Not really. The death touch only works against evil characters and creatures. And we know that killing evil is a good thing.:D
 

One of the most interesting PCs I've seen in my games was a Good Assassin. He was far more religious than either of the two clerics in the campaign. This character saw himself as a tool of God to judge and purge the world of evil. The reason he turned into a shadowy killer is that he *highly* regarded innocent life, and never wanted to risk hurting or killing someone innocent. This included his own, which is why he killed from the shadows. He only killed those who propagated evil, not those who merely served evil, or those who were seduced by it in order to gain power. (Unless his own life, or one of his comrades was in immediate danger, anyway) He had a strong belief that those kinds of people had inherently good souls, and they could be saved if he performed his task well.

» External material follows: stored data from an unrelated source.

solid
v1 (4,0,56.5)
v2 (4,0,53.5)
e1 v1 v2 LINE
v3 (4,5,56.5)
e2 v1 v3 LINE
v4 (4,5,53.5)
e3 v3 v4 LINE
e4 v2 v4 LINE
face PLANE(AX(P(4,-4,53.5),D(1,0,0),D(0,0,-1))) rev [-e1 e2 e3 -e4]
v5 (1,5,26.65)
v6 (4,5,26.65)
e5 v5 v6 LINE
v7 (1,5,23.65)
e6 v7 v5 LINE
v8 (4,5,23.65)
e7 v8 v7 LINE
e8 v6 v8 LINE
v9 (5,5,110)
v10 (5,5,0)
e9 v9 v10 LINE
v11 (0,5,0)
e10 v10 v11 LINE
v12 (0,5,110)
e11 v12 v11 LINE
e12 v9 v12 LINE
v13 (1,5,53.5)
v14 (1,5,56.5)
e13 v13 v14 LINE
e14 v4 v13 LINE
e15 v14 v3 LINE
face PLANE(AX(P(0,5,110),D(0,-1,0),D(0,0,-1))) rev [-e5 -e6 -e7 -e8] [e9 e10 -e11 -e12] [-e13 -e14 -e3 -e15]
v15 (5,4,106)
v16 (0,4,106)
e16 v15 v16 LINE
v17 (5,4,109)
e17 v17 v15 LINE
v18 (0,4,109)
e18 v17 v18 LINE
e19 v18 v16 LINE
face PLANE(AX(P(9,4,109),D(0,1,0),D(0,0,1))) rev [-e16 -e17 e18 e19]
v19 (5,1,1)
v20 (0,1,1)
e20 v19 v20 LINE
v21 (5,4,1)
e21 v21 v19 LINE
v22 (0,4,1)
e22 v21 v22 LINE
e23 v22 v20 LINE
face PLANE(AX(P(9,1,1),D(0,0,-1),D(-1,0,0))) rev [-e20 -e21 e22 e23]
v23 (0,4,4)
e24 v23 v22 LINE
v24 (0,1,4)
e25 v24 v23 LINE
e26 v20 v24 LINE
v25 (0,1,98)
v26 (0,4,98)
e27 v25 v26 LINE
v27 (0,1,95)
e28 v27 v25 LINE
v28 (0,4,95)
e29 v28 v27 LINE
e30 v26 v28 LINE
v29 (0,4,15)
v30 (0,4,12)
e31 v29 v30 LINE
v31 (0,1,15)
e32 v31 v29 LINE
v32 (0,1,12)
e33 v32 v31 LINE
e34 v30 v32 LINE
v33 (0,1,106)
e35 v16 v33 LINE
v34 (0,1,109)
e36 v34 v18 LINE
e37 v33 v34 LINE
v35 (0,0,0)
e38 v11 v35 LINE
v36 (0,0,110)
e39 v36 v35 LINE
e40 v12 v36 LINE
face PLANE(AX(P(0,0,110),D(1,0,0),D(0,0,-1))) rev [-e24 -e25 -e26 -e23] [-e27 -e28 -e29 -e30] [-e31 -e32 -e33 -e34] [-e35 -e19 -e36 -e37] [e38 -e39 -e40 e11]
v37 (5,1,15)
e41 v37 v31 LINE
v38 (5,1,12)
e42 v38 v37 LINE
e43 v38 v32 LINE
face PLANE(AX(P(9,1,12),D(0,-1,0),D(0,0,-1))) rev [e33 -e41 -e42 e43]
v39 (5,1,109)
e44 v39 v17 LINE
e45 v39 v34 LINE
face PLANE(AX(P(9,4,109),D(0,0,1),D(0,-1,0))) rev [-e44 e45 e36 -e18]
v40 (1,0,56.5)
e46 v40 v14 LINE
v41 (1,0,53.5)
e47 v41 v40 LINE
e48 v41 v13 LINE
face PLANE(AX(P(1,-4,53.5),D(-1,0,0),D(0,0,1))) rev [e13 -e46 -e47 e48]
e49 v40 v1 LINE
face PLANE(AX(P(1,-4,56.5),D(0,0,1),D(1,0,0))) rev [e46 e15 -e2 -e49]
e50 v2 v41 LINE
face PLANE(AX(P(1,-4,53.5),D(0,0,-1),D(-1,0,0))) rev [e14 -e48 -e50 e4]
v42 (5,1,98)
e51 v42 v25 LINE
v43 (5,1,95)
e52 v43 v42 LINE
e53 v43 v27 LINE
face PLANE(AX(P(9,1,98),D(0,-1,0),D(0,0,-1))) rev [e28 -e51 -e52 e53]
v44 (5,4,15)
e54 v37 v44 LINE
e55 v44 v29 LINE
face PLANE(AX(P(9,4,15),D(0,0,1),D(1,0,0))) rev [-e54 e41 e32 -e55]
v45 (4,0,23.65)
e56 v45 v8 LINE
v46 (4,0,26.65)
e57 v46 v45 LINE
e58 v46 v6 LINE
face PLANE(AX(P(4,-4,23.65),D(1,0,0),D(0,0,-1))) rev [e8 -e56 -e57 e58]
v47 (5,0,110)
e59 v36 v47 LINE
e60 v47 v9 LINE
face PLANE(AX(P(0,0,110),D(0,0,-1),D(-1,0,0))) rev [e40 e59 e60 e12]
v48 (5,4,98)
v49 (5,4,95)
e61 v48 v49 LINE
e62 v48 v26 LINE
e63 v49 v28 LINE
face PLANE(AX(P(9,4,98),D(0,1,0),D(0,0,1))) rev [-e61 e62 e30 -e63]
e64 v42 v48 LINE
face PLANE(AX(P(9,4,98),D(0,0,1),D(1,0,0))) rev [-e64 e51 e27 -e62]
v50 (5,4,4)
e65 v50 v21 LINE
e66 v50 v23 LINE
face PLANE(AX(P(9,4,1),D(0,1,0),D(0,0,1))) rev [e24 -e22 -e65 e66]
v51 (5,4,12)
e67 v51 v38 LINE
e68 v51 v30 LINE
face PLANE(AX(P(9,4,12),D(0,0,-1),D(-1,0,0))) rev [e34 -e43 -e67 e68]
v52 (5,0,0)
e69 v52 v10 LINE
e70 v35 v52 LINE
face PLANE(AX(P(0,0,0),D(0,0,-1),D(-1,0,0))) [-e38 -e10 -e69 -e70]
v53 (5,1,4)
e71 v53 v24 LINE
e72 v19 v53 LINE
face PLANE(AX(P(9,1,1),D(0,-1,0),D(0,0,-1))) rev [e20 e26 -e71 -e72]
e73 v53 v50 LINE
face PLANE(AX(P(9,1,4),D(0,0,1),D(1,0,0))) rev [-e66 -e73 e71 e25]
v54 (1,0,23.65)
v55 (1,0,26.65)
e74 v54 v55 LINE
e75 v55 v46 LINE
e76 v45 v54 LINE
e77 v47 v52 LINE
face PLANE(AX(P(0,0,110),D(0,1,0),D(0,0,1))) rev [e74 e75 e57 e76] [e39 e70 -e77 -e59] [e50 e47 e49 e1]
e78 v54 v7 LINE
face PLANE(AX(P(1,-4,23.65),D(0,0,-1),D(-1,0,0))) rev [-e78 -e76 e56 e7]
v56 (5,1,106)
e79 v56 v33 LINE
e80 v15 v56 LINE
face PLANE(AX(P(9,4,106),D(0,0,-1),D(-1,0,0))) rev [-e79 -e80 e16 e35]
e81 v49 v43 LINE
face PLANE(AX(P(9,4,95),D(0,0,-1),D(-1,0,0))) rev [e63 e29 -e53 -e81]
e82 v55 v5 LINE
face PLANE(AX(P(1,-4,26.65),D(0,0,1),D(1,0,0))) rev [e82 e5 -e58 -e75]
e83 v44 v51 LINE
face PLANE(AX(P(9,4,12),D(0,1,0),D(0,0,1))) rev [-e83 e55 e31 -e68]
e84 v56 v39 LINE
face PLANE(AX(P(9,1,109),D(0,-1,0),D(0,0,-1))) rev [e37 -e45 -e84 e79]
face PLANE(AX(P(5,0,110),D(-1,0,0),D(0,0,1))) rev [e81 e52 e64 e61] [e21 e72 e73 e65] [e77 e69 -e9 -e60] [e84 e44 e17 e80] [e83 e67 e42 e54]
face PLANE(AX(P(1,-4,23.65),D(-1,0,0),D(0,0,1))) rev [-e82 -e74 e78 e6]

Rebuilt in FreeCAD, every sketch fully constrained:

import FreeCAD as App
import Part
import Sketcher
from FreeCAD import Vector
Q = App.Units.Quantity


def add_polygon(sketch, points):
    """Adds a closed chain of lines whose ends are joined by coincident constraints."""
    first, n = sketch.GeometryCount, len(points)
    for a, b in zip(points, points[1:] + points[:1]):
        sketch.addGeometry(Part.LineSegment(App.Vector(*a, 0), App.Vector(*b, 0)), False)
    for i in range(n):
        sketch.addConstraint(Sketcher.Constraint("Coincident", first + i, 2, first + (i + 1) % n, 1))

doc = App.newDocument("Part")
body = doc.addObject("PartDesign::Body", "Body")

# Sketch on XY plane
sketch1 = body.newObject("Sketcher::SketchObject", "Sketch")
sketch1.AttachmentSupport = (doc.getObject("XY_Plane"), [""])
sketch1.MapMode = "FlatFace"
add_polygon(sketch1, [(0, 5), (0, 0), (5, 0), (5, 5)])  # lines 0-3
sketch1.addConstraint([
    Sketcher.Constraint("Vertical", 0),
    Sketcher.Constraint("Horizontal", 1),
    Sketcher.Constraint("Vertical", 2),
    Sketcher.Constraint("Horizontal", 3),
    Sketcher.Constraint("Coincident", 0, 2, -1, 1),
    Sketcher.Constraint("Equal", 3, 0),
    Sketcher.Constraint("DistanceX", 1, 1, 1, 2, Q("5 mm")),
])
pad1 = body.newObject("PartDesign::Pad", "Pad")
pad1.Profile = sketch1
pad1.Length = 110

# Sketch on YZ plane
sketch2 = body.newObject("Sketcher::SketchObject", "Sketch001")
sketch2.AttachmentSupport = (doc.getObject("YZ_Plane"), [""])
sketch2.MapMode = "FlatFace"
add_polygon(sketch2, [(4, 1), (1, 1), (1, 4), (4, 4)])  # lines 0-3
add_polygon(sketch2, [(4, 106), (1, 106), (1, 109), (4, 109)])  # lines 4-7
add_polygon(sketch2, [(4, 12), (1, 12), (1, 15), (4, 15)])  # lines 8-11
add_polygon(sketch2, [(4, 95), (1, 95), (1, 98), (4, 98)])  # lines 12-15
sketch2.addConstraint([
    Sketcher.Constraint("Horizontal", 0),
    Sketcher.Constraint("Vertical", 1),
    Sketcher.Constraint("Horizontal", 2),
    Sketcher.Constraint("Vertical", 3),
    Sketcher.Constraint("Horizontal", 4),
    Sketcher.Constraint("Vertical", 5),
    Sketcher.Constraint("Horizontal", 6),
    Sketcher.Constraint("Vertical", 7),
    Sketcher.Constraint("Horizontal", 8),
    Sketcher.Constraint("Vertical", 9),
    Sketcher.Constraint("Horizontal", 10),
    Sketcher.Constraint("Vertical", 11),
    Sketcher.Constraint("Horizontal", 12),
    Sketcher.Constraint("Vertical", 13),
    Sketcher.Constraint("Horizontal", 14),
    Sketcher.Constraint("Vertical", 15),
    Sketcher.Constraint("Vertical", 1, 2, 4, 2),
    Sketcher.Constraint("Vertical", 3, 2, 6, 2),
    Sketcher.Constraint("Vertical", 5, 2, 8, 2),
    Sketcher.Constraint("Vertical", 7, 2, 10, 2),
    Sketcher.Constraint("Vertical", 9, 2, 12, 2),
    Sketcher.Constraint("Vertical", 11, 2, 14, 2),
    Sketcher.Constraint("Equal", 14, 1),
    Sketcher.Constraint("Equal", 3, 5),
    Sketcher.Constraint("Equal", 7, 9),
    Sketcher.Constraint("Equal", 11, 13),
    Sketcher.Constraint("DistanceX", 0, 2, 0, 1, Q("3 mm")),
    Sketcher.Constraint("DistanceX", -1, 1, 0, 2, Q("1 mm")),
    Sketcher.Constraint("DistanceY", -1, 1, 0, 2, Q("1 mm")),
    Sketcher.Constraint("DistanceY", -1, 1, 4, 2, Q("106 mm")),
    Sketcher.Constraint("DistanceY", -1, 1, 8, 2, Q("12 mm")),
    Sketcher.Constraint("DistanceY", -1, 1, 12, 2, Q("95 mm")),
])
pocket1 = body.newObject("PartDesign::Pocket", "Pocket")
pocket1.Profile = sketch2
pocket1.Length = 9
pocket1.Reversed = True

# Sketch on XZ plane
sketch3 = body.newObject("Sketcher::SketchObject", "Sketch002")
sketch3.AttachmentSupport = (doc.getObject("XZ_Plane"), [""])
sketch3.MapMode = "FlatFace"
sketch3.AttachmentOffset = App.Placement(Vector(0, 0, -5), App.Rotation())
add_polygon(sketch3, [(1, 23.6), (1, 26.6), (4, 26.6), (4, 23.6)])  # lines 0-3
add_polygon(sketch3, [(1, 53.5), (1, 56.5), (4, 56.5), (4, 53.5)])  # lines 4-7
sketch3.addConstraint([
    Sketcher.Constraint("Vertical", 0),
    Sketcher.Constraint("Horizontal", 1),
    Sketcher.Constraint("Vertical", 2),
    Sketcher.Constraint("Horizontal", 3),
    Sketcher.Constraint("Vertical", 4),
    Sketcher.Constraint("Horizontal", 5),
    Sketcher.Constraint("Vertical", 6),
    Sketcher.Constraint("Horizontal", 7),
    Sketcher.Constraint("Vertical", 3, 2, 4, 2),
    Sketcher.Constraint("Vertical", 2, 2, 5, 2),
    Sketcher.Constraint("Equal", 7, 0),
    Sketcher.Constraint("Equal", 2, 4),
    Sketcher.Constraint("DistanceX", 1, 1, 1, 2, Q("3 mm")),
    Sketcher.Constraint("DistanceX", -1, 1, 0, 2, Q("1 mm")),
    Sketcher.Constraint("DistanceY", -1, 1, 4, 2, Q("56.5 mm")),
    Sketcher.Constraint("DistanceY", -1, 1, 0, 2, Q("26.65 mm")),
])
pocket2 = body.newObject("PartDesign::Pocket", "Pocket001")
pocket2.Profile = sketch3
pocket2.Length = 9
pocket2.Reversed = True

doc.recompute()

Later on in the campaign, the character became even more self-preserving, as his interactions with others led him to believe that the world was becoming more evil by the day. The character greatly feared that if they were to die, then there would be no one else who could take up his task without being corrupted by the darkness that comes with it.

It was a most amazing character, especially how the player handled playing such a loner character so well within D&D's party framework, without becoming a silent outcast. It was a fascinating mixture of "Light" from the anime Death Note, and the "MacManus brothers" from the film Boondock Saints.